Stellantis, the European group, shipped some 10% fewer cars in the first half compared with a year earlier. Its operating profit fell by around 40%, and it just reached its target of a “double-digit” margin. After factoring in capitalised research costs, Jefferies reckons its margin was less than 9%. The slump is a blot on Stellantis’ stellar reputation for efficiency, deriving both from CEO Carlos Tavares’ cost-cutting skills, and its profitable U.S. division.

Meanwhile, Nissan’s 99% year-on-year drop in operating profit for the quarter ending in June and the decision to revise down its full-year earnings forecast will undermine the fragile confidence in its turnaround, and shares fell by as much as 11% in intraday trade. That had seemed to be gathering steam last year when its operating profit hit 569 billion yen, similar to 2017, before allegations of former Chairman Carlos Ghosn’s misconduct threw the company into disarray.

Nissan reckons there are better days just round the corner: the company is reducing production and launching fresh models later this year, which it hopes will drive U.S. inventory down by as much as a fifth between the first and third quarter.

Stellantis is still promising a “double-digit” margin this year, implying at least some stability. Tavares is pledging to regain market share and cut costs. A “blitz” of fresh launches, like the affordable Citroen C3 electric car, may help.

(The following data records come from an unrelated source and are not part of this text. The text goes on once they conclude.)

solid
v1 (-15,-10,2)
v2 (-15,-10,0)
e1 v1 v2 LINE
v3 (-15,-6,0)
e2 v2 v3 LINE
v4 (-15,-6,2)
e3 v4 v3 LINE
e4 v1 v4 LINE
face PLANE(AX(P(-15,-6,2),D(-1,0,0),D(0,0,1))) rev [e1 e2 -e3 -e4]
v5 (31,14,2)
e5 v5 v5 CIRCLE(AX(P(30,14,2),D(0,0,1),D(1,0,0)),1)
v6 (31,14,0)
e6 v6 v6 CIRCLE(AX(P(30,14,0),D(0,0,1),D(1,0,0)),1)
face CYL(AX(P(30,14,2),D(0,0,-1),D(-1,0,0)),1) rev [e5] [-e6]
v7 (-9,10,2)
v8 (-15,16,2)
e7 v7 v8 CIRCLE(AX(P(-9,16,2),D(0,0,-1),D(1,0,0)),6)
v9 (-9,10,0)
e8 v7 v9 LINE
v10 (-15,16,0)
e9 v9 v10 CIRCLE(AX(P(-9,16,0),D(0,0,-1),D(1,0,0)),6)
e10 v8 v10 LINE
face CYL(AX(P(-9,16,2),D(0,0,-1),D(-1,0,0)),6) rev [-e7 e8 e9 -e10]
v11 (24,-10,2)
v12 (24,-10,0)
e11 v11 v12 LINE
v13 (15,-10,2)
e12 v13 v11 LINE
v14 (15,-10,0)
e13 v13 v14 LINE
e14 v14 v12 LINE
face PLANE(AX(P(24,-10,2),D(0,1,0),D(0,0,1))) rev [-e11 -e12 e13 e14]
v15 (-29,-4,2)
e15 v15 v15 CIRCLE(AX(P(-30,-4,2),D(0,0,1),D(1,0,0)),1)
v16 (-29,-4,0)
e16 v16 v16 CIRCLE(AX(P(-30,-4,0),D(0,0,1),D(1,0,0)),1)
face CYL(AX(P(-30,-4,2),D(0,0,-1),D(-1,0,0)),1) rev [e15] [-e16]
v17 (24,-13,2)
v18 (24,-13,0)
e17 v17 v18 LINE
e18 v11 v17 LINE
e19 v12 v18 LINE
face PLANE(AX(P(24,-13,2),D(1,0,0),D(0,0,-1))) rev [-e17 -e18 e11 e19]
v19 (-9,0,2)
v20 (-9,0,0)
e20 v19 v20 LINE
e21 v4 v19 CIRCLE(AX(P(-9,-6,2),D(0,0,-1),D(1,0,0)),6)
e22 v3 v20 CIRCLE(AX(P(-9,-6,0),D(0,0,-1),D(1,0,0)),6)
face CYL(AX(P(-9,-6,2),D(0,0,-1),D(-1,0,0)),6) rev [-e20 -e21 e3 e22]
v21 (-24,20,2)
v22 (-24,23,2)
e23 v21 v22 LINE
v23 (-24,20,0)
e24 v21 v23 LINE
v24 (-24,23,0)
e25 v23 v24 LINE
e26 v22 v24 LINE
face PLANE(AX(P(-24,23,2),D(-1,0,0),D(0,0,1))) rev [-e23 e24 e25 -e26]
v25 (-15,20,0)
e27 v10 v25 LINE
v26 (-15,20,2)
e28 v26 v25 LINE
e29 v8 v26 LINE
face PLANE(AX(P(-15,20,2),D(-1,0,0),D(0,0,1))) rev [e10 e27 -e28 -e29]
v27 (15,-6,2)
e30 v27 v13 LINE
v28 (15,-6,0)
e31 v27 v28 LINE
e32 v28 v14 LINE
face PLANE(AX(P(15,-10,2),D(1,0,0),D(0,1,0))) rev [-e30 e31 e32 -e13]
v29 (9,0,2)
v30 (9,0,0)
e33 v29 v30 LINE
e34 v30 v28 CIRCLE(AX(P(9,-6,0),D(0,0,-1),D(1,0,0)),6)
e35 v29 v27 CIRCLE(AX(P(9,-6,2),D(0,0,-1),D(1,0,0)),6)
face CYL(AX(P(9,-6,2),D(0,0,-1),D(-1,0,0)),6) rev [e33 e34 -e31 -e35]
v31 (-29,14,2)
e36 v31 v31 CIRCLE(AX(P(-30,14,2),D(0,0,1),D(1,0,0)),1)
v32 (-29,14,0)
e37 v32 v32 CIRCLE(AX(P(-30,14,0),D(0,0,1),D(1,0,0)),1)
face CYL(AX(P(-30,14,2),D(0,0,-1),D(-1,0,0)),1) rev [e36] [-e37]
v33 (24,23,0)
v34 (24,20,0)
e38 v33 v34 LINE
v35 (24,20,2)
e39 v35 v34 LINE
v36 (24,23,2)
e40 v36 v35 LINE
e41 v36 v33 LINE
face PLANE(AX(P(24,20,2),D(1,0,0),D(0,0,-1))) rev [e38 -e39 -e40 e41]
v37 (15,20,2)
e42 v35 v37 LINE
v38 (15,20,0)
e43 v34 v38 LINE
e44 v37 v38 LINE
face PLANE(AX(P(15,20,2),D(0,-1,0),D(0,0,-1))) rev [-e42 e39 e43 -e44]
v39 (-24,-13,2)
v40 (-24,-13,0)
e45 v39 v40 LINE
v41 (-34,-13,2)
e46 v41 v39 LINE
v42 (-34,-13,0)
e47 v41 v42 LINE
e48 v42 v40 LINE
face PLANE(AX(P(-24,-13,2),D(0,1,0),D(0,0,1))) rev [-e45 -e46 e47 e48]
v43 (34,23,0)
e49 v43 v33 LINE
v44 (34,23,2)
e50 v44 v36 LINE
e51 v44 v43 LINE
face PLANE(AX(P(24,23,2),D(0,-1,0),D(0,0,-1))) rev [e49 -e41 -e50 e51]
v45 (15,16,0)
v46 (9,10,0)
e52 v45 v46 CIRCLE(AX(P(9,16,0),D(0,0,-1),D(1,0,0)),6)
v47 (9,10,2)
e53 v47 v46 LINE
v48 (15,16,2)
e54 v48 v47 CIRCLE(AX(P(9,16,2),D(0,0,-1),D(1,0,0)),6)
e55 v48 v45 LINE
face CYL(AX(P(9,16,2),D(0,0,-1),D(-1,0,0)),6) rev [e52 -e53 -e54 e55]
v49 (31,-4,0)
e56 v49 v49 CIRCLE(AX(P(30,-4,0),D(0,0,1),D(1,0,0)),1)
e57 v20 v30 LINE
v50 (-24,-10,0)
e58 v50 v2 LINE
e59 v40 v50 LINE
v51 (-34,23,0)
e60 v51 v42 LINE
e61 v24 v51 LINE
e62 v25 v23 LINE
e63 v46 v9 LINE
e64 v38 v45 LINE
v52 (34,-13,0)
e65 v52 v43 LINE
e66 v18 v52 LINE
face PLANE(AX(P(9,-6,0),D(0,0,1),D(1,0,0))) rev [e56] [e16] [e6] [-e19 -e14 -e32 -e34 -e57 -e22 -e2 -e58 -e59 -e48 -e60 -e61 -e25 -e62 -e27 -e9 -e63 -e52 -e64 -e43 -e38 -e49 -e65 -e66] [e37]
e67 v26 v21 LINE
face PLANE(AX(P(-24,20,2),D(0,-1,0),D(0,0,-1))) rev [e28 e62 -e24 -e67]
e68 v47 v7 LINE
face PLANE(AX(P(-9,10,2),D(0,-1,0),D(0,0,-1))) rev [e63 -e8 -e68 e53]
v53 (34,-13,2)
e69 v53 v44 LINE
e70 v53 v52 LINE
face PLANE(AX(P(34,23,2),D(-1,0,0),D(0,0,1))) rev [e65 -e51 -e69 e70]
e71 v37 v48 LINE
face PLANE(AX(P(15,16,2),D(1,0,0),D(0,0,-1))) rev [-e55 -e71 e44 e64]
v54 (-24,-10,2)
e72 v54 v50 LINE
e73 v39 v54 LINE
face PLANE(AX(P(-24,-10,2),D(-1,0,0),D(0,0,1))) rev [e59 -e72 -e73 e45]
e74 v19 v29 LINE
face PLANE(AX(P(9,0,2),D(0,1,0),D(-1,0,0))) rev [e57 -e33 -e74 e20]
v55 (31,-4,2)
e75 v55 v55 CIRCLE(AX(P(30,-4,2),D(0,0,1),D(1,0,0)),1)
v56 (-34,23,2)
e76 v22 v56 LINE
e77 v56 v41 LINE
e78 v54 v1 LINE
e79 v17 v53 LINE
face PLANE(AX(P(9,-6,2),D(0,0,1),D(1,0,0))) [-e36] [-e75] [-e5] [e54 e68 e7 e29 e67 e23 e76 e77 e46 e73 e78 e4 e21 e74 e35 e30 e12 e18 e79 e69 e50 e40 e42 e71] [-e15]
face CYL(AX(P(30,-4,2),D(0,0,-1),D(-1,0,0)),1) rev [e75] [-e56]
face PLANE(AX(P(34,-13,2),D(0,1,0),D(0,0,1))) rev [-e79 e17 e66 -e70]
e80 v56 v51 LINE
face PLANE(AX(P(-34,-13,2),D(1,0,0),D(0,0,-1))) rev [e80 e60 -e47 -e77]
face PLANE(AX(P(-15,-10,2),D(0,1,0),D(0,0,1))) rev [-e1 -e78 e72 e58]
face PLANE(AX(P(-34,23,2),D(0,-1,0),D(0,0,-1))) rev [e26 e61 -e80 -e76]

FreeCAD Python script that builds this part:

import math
import FreeCAD as App
import Part
import Sketcher

doc = App.newDocument("Part")
body = doc.addObject("PartDesign::Body", "Body")

# Sketch on XY plane
sketch1 = body.newObject("Sketcher::SketchObject", "Sketch")
sketch1.AttachmentSupport = (doc.getObject("XY_Plane"), [""])
sketch1.MapMode = "FlatFace"
sketch1.addGeometry([
    Part.LineSegment(App.Vector(24, 20, 0), App.Vector(15, 20, 0)),  # 0
    Part.LineSegment(App.Vector(15, 20, 0), App.Vector(15, 16, 0)),  # 1
    Part.ArcOfCircle(Part.Circle(App.Vector(9, 16, 0), App.Vector(0, 0, 1), 6), math.radians(-90), math.radians(0)),  # 2
    Part.LineSegment(App.Vector(9, 10, 0), App.Vector(-9, 10, 0)),  # 3
    Part.ArcOfCircle(Part.Circle(App.Vector(-9, 16, 0), App.Vector(0, 0, 1), 6), math.radians(180), math.radians(270)),  # 4
    Part.LineSegment(App.Vector(-15, 16, 0), App.Vector(-15, 20, 0)),  # 5
    Part.LineSegment(App.Vector(-15, 20, 0), App.Vector(-24, 20, 0)),  # 6
    Part.LineSegment(App.Vector(-24, 20, 0), App.Vector(-24, 23, 0)),  # 7
    Part.LineSegment(App.Vector(-24, 23, 0), App.Vector(-34, 23, 0)),  # 8
    Part.LineSegment(App.Vector(-34, 23, 0), App.Vector(-34, -13, 0)),  # 9
    Part.LineSegment(App.Vector(-34, -13, 0), App.Vector(-24, -13, 0)),  # 10
    Part.LineSegment(App.Vector(-24, -13, 0), App.Vector(-24, -10, 0)),  # 11
    Part.LineSegment(App.Vector(-24, -10, 0), App.Vector(-15, -10, 0)),  # 12
    Part.LineSegment(App.Vector(-15, -10, 0), App.Vector(-15, -6, 0)),  # 13
    Part.ArcOfCircle(Part.Circle(App.Vector(-9, -6, 0), App.Vector(0, 0, 1), 6), math.radians(90), math.radians(180)),  # 14
    Part.LineSegment(App.Vector(-9, 0, 0), App.Vector(9, 0, 0)),  # 15
    Part.ArcOfCircle(Part.Circle(App.Vector(9, -6, 0), App.Vector(0, 0, 1), 6), math.radians(0), math.radians(90)),  # 16
    Part.LineSegment(App.Vector(15, -6, 0), App.Vector(15, -10, 0)),  # 17
    Part.LineSegment(App.Vector(15, -10, 0), App.Vector(24, -10, 0)),  # 18
    Part.LineSegment(App.Vector(24, -10, 0), App.Vector(24, -13, 0)),  # 19
    Part.LineSegment(App.Vector(24, -13, 0), App.Vector(34, -13, 0)),  # 20
    Part.LineSegment(App.Vector(34, -13, 0), App.Vector(34, 23, 0)),  # 21
    Part.LineSegment(App.Vector(34, 23, 0), App.Vector(24, 23, 0)),  # 22
    Part.LineSegment(App.Vector(24, 23, 0), App.Vector(24, 20, 0)),  # 23
    Part.Circle(App.Vector(30, -4, 0), App.Vector(0, 0, 1), 1),  # 24
    Part.Circle(App.Vector(-30, -4, 0), App.Vector(0, 0, 1), 1),  # 25
    Part.Circle(App.Vector(30, 14, 0), App.Vector(0, 0, 1), 1),  # 26
    Part.Circle(App.Vector(-30, 14, 0), App.Vector(0, 0, 1), 1),  # 27
], False)
sketch1.addConstraint([
    Sketcher.Constraint("Coincident", 0, 2, 1, 1),
    Sketcher.Constraint("Tangent", 1, 2, 2, 2),
    Sketcher.Constraint("Tangent", 2, 1, 3, 1),
    Sketcher.Constraint("Tangent", 3, 2, 4, 2),
    Sketcher.Constraint("Tangent", 4, 1, 5, 1),
    Sketcher.Constraint("Coincident", 5, 2, 6, 1),
    Sketcher.Constraint("Coincident", 6, 2, 7, 1),
    Sketcher.Constraint("Coincident", 7, 2, 8, 1),
    Sketcher.Constraint("Coincident", 8, 2, 9, 1),
    Sketcher.Constraint("Coincident", 9, 2, 10, 1),
    Sketcher.Constraint("Coincident", 10, 2, 11, 1),
    Sketcher.Constraint("Coincident", 11, 2, 12, 1),
    Sketcher.Constraint("Coincident", 12, 2, 13, 1),
    Sketcher.Constraint("Tangent", 13, 2, 14, 2),
    Sketcher.Constraint("Tangent", 14, 1, 15, 1),
    Sketcher.Constraint("Tangent", 15, 2, 16, 2),
    Sketcher.Constraint("Tangent", 16, 1, 17, 1),
    Sketcher.Constraint("Coincident", 17, 2, 18, 1),
    Sketcher.Constraint("Coincident", 18, 2, 19, 1),
    Sketcher.Constraint("Coincident", 19, 2, 20, 1),
    Sketcher.Constraint("Coincident", 20, 2, 21, 1),
    Sketcher.Constraint("Coincident", 21, 2, 22, 1),
    Sketcher.Constraint("Coincident", 22, 2, 23, 1),
    Sketcher.Constraint("Coincident", 23, 2, 0, 1),
    Sketcher.Constraint("Horizontal", 0),
    Sketcher.Constraint("Vertical", 1),
    Sketcher.Constraint("Horizontal", 3),
    Sketcher.Constraint("Vertical", 5),
    Sketcher.Constraint("Horizontal", 6),
    Sketcher.Constraint("Vertical", 7),
    Sketcher.Constraint("Horizontal", 8),
    Sketcher.Constraint("Vertical", 9),
    Sketcher.Constraint("Horizontal", 10),
    Sketcher.Constraint("Vertical", 11),
    Sketcher.Constraint("Horizontal", 12),
    Sketcher.Constraint("Vertical", 13),
    Sketcher.Constraint("Horizontal", 15),
    Sketcher.Constraint("Vertical", 17),
    Sketcher.Constraint("Horizontal", 18),
    Sketcher.Constraint("Vertical", 19),
    Sketcher.Constraint("Horizontal", 20),
    Sketcher.Constraint("Vertical", 21),
    Sketcher.Constraint("Horizontal", 22),
    Sketcher.Constraint("Vertical", 23),
    Sketcher.Constraint("Equal", 2, 4),
    Sketcher.Constraint("Equal", 4, 14),
    Sketcher.Constraint("Equal", 14, 16),
    Sketcher.Constraint("Equal", 24, 25),
    Sketcher.Constraint("Equal", 25, 26),
    Sketcher.Constraint("Equal", 26, 27),
    Sketcher.Constraint("Symmetric", 14, 1, 15, 2, -1, 1),
    Sketcher.Constraint("Symmetric", 24, 3, 25, 3, -2),
    Sketcher.Constraint("Symmetric", 26, 3, 27, 3, -2),
    Sketcher.Constraint("Symmetric", 0, 2, 5, 2, -2),
    Sketcher.Constraint("Symmetric", 11, 2, 18, 2, -2),
    Sketcher.Constraint("Symmetric", 9, 2, 20, 2, -2),
    Sketcher.Constraint("Symmetric", 7, 2, 22, 2, -2),
    Sketcher.Constraint("Vertical", 4, 3, 14, 3),
    Sketcher.Constraint("Vertical", 24, 3, 26, 3),
    Sketcher.Constraint("Vertical", 7, 2, 10, 2),
    Sketcher.Constraint("Equal", 7, 11),
    Sketcher.Constraint("Equal", 5, 13),
    Sketcher.Constraint("Diameter", 24, 2.0),
    Sketcher.Constraint("Radius", 2, 6.0),
    Sketcher.Constraint("DistanceX", 0, 2, 0, 1, 9.0),
    Sketcher.Constraint("DistanceX", 3, 2, 3, 1, 18.0),
    Sketcher.Constraint("DistanceX", 8, 2, 8, 1, 10.0),
    Sketcher.Constraint("DistanceY", 1, 2, 1, 1, 4.0),
    Sketcher.Constraint("DistanceY", 7, 1, 7, 2, 3.0),
    Sketcher.Constraint("DistanceY", 9, 2, 9, 1, 36.0),
    Sketcher.Constraint("DistanceX", -1, 1, 24, 3, 30.0),
    Sketcher.Constraint("DistanceY", 24, 3, -1, 1, 4.0),
    Sketcher.Constraint("DistanceY", -1, 1, 26, 3, 14.0),
])
pad1 = body.newObject("PartDesign::Pad", "Pad")
pad1.Profile = sketch1
pad1.Length = 2

doc.recompute()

However, investors will struggle to keep faith, given that the headwinds are gathering speed. Nomura forecasts that U.S. industry inventories will rise to over 3 million vehicles by the year end. That implies renewed pressure on prices, or future production cuts. And consumers’ appetite for jazzy new models may wane if central banks don’t cut rates quickly. The troubles are not in carmakers’ rear view mirrors quite yet.

Context News

Stellantis reported weaker-than-expected results for the first half of 2024, amid weak pricing and falling volumes in North America. Revenue fell 14% to 85 billion euros from the same period in 2023, while operating income stood at 8.46 billion euros, down 48%, equivalent to a margin of 10%. Stellantis reiterated its guidance for a “double-digit” operating margin for 2024. Nissan Motor reported a net profit of 29 billion yen ($190 million) for April to June, down 73% from a year earlier. Operating profit fell 99% to 1 billion yen over the same period, while revenue rose 2.8% to 3 trillion yen. The company also revised down its earnings forecasts for the full year, cutting estimated operating profit for 2024 to 500 billion yen, from 600 billion yen. However, it revised its sales forecast up to 14 trillion yen from 13.6 trillion yen.